Your answer should consist only of the lines below from the one with "#100=EDGE_LOOP('',(#97,#99));" through the one with "#107=FACE_BOUND('',#106,.F.);", copied exactly.

┌─ Data for processing

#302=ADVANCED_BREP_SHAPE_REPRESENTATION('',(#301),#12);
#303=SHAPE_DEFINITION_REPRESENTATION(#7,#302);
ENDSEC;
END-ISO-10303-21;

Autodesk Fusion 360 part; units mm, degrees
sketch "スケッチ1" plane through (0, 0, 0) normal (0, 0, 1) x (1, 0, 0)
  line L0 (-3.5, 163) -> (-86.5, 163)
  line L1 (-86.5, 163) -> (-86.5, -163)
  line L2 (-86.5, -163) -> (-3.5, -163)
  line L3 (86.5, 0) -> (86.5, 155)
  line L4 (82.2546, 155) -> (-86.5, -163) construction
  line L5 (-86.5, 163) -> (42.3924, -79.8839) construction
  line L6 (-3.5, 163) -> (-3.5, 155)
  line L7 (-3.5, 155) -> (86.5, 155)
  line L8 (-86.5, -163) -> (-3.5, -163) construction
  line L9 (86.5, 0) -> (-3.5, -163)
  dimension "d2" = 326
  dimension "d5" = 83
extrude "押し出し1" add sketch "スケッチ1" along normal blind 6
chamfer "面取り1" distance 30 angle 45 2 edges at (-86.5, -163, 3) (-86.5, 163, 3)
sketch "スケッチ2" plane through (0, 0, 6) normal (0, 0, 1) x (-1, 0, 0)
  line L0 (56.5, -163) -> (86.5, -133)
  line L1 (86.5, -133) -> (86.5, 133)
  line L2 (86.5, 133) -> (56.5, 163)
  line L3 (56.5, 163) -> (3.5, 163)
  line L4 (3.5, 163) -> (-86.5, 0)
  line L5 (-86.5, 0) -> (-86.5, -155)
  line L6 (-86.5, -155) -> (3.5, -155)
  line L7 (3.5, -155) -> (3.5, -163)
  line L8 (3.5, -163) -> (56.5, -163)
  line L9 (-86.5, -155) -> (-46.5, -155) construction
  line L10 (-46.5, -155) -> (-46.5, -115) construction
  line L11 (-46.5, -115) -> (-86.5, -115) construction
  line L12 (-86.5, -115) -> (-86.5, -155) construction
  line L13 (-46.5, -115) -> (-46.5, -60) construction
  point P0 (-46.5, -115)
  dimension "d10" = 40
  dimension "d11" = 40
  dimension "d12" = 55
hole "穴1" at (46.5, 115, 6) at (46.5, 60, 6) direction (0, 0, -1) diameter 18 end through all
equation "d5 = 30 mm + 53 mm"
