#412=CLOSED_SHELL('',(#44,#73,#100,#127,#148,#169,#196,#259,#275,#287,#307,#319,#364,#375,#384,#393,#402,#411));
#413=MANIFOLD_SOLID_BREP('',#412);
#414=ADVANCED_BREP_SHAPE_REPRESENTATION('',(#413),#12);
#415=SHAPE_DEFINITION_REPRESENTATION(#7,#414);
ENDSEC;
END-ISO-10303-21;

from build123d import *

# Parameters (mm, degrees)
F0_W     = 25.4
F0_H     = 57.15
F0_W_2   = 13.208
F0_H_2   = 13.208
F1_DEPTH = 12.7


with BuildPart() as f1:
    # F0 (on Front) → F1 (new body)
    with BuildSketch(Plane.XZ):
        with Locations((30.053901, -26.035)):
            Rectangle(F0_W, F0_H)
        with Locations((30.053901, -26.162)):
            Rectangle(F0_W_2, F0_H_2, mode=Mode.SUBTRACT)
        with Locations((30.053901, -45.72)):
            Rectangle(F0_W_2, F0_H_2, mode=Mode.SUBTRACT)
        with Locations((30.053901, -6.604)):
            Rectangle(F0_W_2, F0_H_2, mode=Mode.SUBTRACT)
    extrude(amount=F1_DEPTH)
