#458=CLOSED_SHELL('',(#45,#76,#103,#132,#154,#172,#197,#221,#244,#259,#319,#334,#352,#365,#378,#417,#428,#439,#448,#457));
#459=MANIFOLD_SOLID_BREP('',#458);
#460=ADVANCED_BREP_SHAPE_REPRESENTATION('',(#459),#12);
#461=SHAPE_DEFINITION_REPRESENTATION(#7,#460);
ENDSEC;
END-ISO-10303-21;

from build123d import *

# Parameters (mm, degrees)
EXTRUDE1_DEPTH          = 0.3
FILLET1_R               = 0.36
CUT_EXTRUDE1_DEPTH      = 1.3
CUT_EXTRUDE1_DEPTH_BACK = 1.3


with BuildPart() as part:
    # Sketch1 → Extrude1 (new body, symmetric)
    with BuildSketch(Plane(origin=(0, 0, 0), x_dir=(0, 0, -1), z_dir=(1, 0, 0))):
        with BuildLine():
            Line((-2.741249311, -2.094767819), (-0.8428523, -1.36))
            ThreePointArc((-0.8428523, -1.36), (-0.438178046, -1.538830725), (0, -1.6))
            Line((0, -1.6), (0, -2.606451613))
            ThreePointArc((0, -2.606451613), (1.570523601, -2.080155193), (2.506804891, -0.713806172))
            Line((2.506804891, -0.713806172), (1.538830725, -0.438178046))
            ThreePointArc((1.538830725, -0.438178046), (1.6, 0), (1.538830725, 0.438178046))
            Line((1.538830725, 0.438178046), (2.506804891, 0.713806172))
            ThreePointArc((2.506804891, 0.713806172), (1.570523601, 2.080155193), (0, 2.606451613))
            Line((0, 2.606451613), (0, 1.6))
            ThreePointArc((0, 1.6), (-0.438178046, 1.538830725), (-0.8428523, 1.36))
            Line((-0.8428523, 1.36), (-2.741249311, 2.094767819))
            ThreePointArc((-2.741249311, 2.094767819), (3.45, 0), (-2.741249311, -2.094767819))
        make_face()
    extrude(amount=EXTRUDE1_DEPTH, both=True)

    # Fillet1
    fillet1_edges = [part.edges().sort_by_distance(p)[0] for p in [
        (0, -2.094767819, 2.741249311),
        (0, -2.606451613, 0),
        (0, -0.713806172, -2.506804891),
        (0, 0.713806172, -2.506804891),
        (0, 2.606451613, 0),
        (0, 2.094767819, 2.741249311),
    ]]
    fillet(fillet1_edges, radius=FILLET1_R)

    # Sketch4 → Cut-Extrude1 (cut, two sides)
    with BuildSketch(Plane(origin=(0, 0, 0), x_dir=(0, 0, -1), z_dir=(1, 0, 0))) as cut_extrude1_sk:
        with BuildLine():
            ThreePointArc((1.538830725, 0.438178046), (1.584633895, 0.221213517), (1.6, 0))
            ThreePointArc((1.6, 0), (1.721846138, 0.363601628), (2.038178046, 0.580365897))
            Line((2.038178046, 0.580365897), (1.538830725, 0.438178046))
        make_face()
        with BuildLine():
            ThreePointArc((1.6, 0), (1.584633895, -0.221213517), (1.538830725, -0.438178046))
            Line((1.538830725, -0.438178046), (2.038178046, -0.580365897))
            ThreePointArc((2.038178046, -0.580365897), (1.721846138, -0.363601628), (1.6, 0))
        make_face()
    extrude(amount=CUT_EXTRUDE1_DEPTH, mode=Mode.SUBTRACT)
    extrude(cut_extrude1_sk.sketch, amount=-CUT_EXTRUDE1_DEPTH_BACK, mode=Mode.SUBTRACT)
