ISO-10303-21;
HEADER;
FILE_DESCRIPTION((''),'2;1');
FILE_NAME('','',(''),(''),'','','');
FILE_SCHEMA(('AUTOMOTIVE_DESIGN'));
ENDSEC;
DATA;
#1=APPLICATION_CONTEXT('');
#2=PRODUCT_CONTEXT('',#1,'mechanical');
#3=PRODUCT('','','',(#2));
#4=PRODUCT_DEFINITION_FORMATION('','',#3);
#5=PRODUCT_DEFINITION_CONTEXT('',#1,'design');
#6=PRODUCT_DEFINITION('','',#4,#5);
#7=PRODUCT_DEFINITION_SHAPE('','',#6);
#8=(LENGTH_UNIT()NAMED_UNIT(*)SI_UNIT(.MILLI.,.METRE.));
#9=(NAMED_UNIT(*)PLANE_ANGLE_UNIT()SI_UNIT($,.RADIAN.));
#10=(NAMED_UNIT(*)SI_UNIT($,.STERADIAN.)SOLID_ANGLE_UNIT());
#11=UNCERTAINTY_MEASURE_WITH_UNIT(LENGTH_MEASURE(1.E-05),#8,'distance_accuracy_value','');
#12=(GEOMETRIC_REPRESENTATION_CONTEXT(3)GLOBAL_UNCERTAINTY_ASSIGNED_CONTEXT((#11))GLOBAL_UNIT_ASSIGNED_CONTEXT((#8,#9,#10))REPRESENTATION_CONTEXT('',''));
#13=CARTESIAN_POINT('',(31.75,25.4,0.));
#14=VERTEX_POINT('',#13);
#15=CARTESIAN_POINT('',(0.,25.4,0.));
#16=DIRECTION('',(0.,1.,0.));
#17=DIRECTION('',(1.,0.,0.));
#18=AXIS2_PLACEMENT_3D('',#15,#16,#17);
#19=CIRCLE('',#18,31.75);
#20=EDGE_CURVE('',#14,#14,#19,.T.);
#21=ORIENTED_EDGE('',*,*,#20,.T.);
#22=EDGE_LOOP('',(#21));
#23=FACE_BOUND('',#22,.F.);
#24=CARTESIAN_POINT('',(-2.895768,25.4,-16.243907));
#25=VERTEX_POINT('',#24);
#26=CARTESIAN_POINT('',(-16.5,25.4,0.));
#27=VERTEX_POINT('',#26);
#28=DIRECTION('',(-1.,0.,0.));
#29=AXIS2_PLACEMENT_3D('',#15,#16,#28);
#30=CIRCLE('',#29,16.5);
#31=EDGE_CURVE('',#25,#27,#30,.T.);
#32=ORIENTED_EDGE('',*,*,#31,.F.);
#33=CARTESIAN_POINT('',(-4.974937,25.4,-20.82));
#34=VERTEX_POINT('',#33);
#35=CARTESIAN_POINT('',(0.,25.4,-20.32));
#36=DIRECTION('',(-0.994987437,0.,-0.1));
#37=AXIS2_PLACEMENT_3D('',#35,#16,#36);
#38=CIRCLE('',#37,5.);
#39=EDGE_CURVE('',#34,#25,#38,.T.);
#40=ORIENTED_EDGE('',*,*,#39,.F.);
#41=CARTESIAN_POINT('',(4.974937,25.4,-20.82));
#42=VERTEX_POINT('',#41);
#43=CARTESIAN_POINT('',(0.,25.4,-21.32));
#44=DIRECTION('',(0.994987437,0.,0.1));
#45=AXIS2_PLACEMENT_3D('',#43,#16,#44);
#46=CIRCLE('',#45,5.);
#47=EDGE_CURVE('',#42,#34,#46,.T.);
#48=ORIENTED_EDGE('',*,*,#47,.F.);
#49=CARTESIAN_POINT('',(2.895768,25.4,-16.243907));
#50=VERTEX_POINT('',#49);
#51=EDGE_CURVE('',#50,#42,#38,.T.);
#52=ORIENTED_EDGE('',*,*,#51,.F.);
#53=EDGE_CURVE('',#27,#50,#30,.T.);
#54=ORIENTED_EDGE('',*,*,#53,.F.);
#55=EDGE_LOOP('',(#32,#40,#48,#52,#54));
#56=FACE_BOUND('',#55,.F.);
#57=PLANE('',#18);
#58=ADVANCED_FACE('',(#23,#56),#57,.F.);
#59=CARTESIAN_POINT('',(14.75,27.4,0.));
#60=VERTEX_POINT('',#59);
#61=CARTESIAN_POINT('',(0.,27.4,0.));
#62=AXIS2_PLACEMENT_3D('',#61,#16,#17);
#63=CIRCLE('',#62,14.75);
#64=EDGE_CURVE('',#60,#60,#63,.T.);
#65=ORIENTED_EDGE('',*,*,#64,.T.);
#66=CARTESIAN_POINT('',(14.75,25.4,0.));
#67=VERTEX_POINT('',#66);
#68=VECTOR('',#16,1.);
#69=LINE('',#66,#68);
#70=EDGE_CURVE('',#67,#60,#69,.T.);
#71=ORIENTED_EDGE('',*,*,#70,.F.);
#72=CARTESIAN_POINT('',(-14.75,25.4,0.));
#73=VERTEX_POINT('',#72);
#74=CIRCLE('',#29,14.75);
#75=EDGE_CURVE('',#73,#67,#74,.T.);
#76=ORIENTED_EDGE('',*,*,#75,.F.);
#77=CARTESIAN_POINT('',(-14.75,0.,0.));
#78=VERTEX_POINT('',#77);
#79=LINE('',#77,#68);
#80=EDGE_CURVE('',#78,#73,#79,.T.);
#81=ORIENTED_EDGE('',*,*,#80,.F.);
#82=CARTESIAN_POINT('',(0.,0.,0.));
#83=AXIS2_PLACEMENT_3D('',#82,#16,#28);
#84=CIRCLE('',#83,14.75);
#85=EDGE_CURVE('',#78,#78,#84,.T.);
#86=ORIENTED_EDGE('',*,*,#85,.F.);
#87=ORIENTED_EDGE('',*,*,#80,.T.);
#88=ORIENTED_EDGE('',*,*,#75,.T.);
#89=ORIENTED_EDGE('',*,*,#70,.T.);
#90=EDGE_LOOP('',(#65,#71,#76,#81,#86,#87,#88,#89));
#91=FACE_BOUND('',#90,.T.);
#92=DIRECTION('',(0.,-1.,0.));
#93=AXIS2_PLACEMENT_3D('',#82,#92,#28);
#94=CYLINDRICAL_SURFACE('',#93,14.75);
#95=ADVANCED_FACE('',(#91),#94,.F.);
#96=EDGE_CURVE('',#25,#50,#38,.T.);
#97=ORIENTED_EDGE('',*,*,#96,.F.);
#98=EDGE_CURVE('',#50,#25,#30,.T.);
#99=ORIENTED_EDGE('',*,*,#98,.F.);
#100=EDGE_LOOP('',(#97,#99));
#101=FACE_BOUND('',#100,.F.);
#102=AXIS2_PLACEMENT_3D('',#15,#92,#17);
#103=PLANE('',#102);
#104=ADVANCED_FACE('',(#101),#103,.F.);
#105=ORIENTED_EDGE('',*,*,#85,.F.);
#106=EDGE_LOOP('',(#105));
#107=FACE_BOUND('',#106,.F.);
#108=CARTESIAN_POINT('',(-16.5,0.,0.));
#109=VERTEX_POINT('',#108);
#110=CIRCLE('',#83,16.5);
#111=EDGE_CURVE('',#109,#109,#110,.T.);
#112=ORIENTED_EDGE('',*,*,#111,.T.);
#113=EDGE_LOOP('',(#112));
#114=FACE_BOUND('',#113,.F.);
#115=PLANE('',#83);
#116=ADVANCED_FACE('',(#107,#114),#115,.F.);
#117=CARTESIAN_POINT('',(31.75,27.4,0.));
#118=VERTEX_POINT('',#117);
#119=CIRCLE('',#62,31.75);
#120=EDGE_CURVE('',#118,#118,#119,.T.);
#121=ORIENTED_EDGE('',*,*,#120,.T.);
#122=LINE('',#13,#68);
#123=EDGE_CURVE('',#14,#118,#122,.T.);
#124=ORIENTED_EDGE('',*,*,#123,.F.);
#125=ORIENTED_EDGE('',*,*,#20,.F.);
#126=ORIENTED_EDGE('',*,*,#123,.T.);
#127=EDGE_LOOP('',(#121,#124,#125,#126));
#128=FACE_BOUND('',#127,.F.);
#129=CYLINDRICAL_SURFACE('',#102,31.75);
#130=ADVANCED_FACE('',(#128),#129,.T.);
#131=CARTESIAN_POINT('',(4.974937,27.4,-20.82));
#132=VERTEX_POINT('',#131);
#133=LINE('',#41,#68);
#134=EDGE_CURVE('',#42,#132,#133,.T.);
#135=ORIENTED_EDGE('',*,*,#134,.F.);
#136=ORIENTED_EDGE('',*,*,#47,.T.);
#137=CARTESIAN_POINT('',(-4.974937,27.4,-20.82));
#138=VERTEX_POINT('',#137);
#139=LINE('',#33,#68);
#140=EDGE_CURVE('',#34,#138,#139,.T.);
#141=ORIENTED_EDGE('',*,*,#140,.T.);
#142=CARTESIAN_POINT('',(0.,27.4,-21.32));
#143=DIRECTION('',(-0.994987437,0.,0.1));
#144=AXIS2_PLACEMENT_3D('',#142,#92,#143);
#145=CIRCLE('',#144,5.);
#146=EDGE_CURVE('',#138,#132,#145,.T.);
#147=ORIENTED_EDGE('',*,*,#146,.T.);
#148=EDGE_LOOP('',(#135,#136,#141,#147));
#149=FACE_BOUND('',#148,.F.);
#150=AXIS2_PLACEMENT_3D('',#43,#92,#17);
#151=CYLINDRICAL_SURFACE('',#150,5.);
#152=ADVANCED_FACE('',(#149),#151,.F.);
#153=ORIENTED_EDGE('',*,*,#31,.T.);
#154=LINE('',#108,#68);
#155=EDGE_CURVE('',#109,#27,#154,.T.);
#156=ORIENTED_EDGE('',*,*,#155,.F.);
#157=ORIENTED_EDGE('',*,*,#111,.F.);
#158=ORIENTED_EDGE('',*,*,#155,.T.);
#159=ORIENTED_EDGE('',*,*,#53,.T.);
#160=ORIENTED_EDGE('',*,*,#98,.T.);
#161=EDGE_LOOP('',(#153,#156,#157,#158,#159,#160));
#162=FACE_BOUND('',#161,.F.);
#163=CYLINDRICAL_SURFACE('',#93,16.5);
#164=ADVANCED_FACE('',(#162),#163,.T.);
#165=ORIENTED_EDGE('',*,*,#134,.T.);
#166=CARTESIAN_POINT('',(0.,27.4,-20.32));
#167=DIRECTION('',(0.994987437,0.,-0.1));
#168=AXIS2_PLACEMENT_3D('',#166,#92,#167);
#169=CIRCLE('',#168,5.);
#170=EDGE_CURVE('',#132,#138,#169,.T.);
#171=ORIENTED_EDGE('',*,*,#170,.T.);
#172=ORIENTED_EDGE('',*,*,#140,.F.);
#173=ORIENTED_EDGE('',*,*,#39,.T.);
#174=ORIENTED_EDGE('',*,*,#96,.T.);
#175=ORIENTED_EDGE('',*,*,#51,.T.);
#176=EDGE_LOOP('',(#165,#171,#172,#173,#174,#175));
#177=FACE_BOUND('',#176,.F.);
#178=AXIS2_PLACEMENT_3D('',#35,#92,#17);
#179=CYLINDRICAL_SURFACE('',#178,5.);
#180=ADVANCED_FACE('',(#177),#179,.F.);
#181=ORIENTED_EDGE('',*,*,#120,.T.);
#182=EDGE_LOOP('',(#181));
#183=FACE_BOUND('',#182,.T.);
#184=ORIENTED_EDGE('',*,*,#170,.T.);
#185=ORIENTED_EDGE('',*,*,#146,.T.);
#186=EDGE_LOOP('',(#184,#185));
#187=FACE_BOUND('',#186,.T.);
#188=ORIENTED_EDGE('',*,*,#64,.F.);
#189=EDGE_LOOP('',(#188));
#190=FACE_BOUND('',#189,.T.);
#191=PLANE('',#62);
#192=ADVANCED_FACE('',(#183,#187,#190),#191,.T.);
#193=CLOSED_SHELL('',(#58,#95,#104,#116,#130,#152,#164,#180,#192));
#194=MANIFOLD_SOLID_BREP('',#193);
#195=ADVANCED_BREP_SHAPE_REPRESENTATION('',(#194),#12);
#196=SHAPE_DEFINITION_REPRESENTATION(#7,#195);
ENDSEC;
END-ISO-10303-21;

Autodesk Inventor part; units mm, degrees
ref_plane "YZ Plane" through (0, 0, 0) normal (1, 0, 0) x (0, 1, 0)
ref_plane "XZ Plane" through (0, 0, 0) normal (0, 1, 0) x (-1, 0, 0)
ref_plane "XY Plane" through (0, 0, 0) normal (0, 0, 1) x (1, 0, 0)
sketch "Sketch1" plane through (0, 0, 0) normal (0, 1, 0) x (-1, 0, 0)
  circle A0 centre (0, 0) radius 16.5
  circle A1 centre (0, 0) radius 14.75
  dimension "d0" = 33
  dimension "d1" = 29.5
extrude "Extrusion1" add sketch "Sketch1" along normal blind 25.4
sketch "Sketch2" plane through (0, 25.4, 0) normal (0, 1, 0) x (1, 0, 0)
  circle A0 centre (0, 0) radius 14.75
  circle A1 centre (0, 0) radius 31.75
  circle A2 centre (0, 0) radius 14.75 projected
  dimension "d5" = 63.5
  dimension "d6" = 0
extrude "Extrusion2" add sketch "Sketch2" along normal blind 2
sketch "Sketch3" plane through (0, 25.4, 0) normal (0, -1, 0) x (1, 0, 0)
  circle A0 centre (0, -20.32) radius 5
  circle A1 centre (0, -21.32) radius 5
  line L0 (0, -20.32) -> (0, -21.32)
  line L1 (5, -20.32) -> (5, -21.32)
  line L2 (-5, -20.32) -> (-5, -21.32)
  point P0 (0, 0)
  point P1 (4.9749, -20.82)
  point P2 (-4.9749, -20.82)
  dimension "d9" = 10
  dimension "d10" = 1
  dimension "d11" = 20.32
extrude "Extrusion3" cut sketch "Sketch3" against normal blind 2 contours A0 A1 | A1 A0 | A0 A1
properties part number "O-Ring"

└─

▸ Response area:
#100=EDGE_LOOP('',(#97,#99));
#101=FACE_BOUND('',#100,.F.);
#102=AXIS2_PLACEMENT_3D('',#15,#92,#17);
#103=PLANE('',#102);
#104=ADVANCED_FACE('',(#101),#103,.F.);
#105=ORIENTED_EDGE('',*,*,#85,.F.);
#106=EDGE_LOOP('',(#105));
#107=FACE_BOUND('',#106,.F.);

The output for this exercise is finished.